### Your assignment:
From the records below, transcribe only the lines running from the one with "#152=ORIENTED_EDGE('',*,*,#20,.T.);" through the one with "#166=FACE_BOUND('',#165,.T.);". Keep both of those end lines.

----------

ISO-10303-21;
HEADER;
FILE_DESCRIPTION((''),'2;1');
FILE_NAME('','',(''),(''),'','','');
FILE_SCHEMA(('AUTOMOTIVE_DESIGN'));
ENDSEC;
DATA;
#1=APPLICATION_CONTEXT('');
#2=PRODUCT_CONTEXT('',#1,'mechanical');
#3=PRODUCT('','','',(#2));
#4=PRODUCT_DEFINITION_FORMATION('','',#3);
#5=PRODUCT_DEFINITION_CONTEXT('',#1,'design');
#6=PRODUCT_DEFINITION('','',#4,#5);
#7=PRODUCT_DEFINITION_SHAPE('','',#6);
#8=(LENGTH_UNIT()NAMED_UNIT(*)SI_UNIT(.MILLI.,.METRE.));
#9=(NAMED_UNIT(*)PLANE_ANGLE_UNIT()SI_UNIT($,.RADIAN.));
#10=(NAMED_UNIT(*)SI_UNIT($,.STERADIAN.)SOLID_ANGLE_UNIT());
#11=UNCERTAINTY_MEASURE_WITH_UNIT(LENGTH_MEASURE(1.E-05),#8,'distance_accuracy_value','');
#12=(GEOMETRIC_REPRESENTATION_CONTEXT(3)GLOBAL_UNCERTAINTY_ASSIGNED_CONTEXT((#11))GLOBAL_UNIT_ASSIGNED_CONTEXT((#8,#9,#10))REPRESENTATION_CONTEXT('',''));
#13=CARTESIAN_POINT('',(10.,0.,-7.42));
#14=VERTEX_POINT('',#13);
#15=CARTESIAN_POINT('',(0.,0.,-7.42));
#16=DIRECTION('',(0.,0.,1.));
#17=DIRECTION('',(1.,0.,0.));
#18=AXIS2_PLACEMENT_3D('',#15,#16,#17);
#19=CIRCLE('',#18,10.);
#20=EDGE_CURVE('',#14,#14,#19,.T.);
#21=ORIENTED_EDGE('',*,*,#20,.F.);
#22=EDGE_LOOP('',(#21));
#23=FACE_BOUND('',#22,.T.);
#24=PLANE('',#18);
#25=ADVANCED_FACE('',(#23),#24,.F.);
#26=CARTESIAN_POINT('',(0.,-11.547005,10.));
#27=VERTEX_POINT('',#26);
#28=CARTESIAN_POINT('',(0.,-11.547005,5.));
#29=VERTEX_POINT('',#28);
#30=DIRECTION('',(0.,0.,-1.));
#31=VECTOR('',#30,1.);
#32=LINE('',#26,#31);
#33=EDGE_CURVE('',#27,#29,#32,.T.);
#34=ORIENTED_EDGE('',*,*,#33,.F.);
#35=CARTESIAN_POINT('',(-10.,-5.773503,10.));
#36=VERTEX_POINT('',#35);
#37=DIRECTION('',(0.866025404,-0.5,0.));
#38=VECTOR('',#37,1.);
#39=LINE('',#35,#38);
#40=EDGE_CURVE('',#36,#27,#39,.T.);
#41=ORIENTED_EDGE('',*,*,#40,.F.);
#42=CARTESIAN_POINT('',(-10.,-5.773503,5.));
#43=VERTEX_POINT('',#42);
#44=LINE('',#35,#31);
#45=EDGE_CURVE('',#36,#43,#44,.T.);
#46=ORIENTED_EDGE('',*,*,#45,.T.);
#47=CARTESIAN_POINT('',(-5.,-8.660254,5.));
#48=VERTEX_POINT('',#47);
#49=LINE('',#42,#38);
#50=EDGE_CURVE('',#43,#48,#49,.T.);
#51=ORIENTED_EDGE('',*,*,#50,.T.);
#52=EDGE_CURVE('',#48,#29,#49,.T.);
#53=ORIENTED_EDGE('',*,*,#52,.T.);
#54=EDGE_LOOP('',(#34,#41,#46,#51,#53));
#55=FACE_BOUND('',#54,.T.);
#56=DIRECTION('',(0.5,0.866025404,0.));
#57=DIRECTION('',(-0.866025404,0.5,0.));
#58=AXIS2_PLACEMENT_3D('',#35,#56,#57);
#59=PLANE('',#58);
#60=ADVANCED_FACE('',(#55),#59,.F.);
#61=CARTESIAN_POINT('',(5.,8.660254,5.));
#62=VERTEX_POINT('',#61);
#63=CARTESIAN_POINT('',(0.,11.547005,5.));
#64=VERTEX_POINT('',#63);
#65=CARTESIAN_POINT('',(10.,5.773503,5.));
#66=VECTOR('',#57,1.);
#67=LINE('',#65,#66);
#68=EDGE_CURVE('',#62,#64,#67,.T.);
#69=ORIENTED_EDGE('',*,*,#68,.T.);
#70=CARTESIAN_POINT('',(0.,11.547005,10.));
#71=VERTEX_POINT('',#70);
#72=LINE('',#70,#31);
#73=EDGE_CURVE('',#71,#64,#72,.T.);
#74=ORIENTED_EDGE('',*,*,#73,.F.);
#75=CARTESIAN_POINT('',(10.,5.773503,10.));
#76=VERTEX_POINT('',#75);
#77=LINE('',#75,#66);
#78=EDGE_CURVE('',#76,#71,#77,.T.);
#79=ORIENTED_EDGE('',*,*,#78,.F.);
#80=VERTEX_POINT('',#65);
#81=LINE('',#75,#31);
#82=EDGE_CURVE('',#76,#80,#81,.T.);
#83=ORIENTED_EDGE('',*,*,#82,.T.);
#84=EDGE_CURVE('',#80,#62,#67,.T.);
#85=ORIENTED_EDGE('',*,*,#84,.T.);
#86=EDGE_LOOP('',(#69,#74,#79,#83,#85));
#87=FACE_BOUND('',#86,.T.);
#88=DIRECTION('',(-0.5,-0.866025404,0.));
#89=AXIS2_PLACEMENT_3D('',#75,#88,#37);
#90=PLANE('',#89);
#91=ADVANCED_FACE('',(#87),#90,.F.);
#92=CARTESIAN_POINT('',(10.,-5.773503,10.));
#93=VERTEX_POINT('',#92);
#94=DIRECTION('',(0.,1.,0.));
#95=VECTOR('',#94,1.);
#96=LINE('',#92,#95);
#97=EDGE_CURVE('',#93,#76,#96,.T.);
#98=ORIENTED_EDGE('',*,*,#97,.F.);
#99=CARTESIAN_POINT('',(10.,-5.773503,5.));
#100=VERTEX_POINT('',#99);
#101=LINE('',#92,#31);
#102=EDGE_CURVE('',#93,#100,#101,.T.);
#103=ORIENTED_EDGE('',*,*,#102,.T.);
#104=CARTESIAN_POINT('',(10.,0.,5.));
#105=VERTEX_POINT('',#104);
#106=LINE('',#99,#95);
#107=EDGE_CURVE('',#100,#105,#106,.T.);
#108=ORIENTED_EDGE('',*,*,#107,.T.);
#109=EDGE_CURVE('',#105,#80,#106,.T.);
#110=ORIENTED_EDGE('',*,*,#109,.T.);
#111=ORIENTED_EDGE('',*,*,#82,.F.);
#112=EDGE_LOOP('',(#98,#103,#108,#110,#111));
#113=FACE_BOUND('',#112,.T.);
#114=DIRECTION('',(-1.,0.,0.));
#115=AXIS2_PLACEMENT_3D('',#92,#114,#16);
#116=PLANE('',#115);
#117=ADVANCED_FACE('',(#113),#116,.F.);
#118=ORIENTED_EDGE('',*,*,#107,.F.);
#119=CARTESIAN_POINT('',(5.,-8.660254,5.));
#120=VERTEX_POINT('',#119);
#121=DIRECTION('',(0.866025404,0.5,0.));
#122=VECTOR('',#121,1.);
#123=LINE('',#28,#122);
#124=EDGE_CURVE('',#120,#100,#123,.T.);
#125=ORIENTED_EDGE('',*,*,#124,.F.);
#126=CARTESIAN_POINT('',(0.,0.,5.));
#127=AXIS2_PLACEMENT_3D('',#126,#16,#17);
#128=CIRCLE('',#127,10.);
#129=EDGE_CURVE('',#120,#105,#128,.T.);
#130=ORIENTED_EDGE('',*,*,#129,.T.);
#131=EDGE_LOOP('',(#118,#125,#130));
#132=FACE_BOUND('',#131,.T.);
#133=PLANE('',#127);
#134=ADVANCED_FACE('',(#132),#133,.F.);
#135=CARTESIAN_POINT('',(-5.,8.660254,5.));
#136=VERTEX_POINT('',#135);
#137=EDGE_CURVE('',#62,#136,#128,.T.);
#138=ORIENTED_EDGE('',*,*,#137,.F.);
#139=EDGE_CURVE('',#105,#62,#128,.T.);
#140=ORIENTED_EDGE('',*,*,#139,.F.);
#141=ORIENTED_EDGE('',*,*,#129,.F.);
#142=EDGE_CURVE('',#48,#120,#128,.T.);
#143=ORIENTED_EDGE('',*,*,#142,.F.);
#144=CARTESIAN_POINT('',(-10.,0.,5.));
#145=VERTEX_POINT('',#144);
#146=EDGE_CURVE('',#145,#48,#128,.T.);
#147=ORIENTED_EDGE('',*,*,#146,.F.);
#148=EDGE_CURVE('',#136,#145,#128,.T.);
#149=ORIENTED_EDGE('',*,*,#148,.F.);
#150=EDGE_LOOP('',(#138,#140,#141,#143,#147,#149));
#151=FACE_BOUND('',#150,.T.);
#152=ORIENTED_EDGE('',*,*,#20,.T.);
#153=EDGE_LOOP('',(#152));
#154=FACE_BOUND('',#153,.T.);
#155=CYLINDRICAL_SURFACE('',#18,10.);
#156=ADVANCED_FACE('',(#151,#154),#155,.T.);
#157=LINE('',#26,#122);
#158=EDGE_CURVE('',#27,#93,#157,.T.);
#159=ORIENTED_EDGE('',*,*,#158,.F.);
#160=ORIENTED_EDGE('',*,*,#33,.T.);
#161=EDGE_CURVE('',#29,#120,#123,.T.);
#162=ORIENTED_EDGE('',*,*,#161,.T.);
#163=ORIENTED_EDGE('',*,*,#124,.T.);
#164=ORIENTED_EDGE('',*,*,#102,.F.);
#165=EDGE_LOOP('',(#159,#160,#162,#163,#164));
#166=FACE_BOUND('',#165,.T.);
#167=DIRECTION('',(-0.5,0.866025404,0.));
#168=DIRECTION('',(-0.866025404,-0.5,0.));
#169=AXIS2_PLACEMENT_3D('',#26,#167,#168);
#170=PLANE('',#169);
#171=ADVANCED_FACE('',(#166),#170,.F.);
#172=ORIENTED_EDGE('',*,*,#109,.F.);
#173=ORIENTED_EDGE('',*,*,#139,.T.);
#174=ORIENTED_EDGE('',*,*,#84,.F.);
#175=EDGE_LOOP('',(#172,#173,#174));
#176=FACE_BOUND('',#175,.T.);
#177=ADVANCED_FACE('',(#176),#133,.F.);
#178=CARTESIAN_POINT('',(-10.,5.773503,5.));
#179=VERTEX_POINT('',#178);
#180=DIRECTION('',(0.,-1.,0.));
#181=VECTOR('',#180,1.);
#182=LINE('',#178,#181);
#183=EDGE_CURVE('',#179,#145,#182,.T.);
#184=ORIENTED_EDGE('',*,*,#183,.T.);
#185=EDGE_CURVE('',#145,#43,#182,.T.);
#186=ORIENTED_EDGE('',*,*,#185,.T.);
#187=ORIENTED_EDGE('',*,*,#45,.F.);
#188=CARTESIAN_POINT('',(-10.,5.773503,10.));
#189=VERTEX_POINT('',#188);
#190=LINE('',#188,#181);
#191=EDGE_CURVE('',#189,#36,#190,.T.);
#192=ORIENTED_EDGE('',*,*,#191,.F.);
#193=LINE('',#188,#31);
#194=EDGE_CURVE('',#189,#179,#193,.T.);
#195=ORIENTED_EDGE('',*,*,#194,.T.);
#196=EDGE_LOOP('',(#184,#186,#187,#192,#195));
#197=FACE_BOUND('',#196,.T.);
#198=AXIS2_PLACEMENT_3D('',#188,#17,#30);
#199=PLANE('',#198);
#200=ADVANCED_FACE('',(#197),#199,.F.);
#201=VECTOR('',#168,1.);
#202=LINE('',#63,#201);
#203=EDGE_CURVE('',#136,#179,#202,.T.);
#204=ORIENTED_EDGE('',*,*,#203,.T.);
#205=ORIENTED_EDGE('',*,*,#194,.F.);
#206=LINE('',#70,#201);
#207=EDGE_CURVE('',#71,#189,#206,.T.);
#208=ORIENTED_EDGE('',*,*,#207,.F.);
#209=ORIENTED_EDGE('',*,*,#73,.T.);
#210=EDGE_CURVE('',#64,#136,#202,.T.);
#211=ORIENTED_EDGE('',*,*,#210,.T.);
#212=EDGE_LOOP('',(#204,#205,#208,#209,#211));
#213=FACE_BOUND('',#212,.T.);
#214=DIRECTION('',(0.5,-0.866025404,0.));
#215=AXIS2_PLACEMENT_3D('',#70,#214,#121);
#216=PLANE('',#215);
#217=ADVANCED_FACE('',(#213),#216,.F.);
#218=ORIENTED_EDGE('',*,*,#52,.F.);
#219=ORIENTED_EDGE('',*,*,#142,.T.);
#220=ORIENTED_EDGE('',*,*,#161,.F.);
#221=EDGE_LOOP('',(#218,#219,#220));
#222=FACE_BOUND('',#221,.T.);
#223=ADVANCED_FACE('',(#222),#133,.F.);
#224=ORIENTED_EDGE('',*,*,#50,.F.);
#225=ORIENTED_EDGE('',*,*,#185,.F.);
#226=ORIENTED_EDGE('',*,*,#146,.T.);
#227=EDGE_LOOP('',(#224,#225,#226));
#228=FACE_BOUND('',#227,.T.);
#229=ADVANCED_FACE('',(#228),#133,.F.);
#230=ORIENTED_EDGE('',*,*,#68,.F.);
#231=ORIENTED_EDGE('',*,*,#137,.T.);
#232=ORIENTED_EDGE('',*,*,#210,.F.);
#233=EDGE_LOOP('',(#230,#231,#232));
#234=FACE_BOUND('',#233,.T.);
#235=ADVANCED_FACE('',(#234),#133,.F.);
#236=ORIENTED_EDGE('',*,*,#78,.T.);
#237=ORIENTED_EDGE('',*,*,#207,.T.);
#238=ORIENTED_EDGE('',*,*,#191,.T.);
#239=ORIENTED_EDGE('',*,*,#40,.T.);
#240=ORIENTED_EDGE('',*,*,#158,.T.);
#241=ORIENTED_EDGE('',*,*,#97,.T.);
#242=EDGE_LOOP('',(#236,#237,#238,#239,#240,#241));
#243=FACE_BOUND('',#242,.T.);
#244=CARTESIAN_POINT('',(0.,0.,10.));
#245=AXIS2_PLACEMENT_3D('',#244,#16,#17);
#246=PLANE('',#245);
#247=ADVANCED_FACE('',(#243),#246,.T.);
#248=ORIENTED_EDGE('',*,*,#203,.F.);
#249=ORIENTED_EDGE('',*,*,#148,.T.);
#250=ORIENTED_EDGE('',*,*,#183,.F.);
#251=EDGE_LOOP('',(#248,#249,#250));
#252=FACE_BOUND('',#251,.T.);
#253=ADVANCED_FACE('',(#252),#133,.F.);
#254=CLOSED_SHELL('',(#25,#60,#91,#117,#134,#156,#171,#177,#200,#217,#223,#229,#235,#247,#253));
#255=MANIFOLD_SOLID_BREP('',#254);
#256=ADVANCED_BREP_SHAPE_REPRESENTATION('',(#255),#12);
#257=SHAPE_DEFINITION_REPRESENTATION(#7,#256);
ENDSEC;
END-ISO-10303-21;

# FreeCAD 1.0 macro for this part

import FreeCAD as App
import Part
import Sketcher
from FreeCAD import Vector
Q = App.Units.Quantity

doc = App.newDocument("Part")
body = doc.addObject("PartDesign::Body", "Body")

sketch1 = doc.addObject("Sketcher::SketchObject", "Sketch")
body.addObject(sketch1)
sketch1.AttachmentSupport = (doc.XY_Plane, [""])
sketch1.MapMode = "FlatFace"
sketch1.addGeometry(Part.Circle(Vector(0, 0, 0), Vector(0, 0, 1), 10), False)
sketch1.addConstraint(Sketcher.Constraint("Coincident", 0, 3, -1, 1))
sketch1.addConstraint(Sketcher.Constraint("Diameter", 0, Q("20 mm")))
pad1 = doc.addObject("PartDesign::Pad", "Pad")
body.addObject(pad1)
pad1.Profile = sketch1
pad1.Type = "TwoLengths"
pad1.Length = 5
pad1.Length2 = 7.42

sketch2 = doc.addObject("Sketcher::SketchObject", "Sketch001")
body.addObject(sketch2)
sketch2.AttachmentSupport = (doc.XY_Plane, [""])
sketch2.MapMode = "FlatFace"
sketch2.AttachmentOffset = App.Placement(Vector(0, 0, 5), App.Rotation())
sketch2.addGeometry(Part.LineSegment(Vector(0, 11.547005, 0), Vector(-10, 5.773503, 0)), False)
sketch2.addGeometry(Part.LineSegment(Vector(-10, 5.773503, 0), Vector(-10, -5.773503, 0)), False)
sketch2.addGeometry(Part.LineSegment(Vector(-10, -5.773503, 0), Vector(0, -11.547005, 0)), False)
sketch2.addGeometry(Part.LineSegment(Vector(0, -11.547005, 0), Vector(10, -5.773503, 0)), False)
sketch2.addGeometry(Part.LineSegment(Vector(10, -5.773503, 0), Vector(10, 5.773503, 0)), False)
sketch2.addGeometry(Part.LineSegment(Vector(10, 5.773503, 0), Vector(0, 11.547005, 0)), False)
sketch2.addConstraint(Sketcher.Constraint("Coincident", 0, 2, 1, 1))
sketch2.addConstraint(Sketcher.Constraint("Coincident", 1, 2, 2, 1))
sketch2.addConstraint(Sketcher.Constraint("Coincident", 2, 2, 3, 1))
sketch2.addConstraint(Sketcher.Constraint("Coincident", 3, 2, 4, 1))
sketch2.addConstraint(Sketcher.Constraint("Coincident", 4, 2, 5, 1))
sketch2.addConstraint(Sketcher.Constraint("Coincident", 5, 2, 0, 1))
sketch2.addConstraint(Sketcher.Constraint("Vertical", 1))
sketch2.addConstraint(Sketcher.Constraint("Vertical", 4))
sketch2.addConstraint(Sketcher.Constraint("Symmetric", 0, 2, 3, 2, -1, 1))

----------

### Answer space:
#152=ORIENTED_EDGE('',*,*,#20,.T.);
#153=EDGE_LOOP('',(#152));
#154=FACE_BOUND('',#153,.T.);
#155=CYLINDRICAL_SURFACE('',#18,10.);
#156=ADVANCED_FACE('',(#151,#154),#155,.T.);
#157=LINE('',#26,#122);
#158=EDGE_CURVE('',#27,#93,#157,.T.);
#159=ORIENTED_EDGE('',*,*,#158,.F.);
#160=ORIENTED_EDGE('',*,*,#33,.T.);
#161=EDGE_CURVE('',#29,#120,#123,.T.);
#162=ORIENTED_EDGE('',*,*,#161,.T.);
#163=ORIENTED_EDGE('',*,*,#124,.T.);
#164=ORIENTED_EDGE('',*,*,#102,.F.);
#165=EDGE_LOOP('',(#159,#160,#162,#163,#164));
#166=FACE_BOUND('',#165,.T.);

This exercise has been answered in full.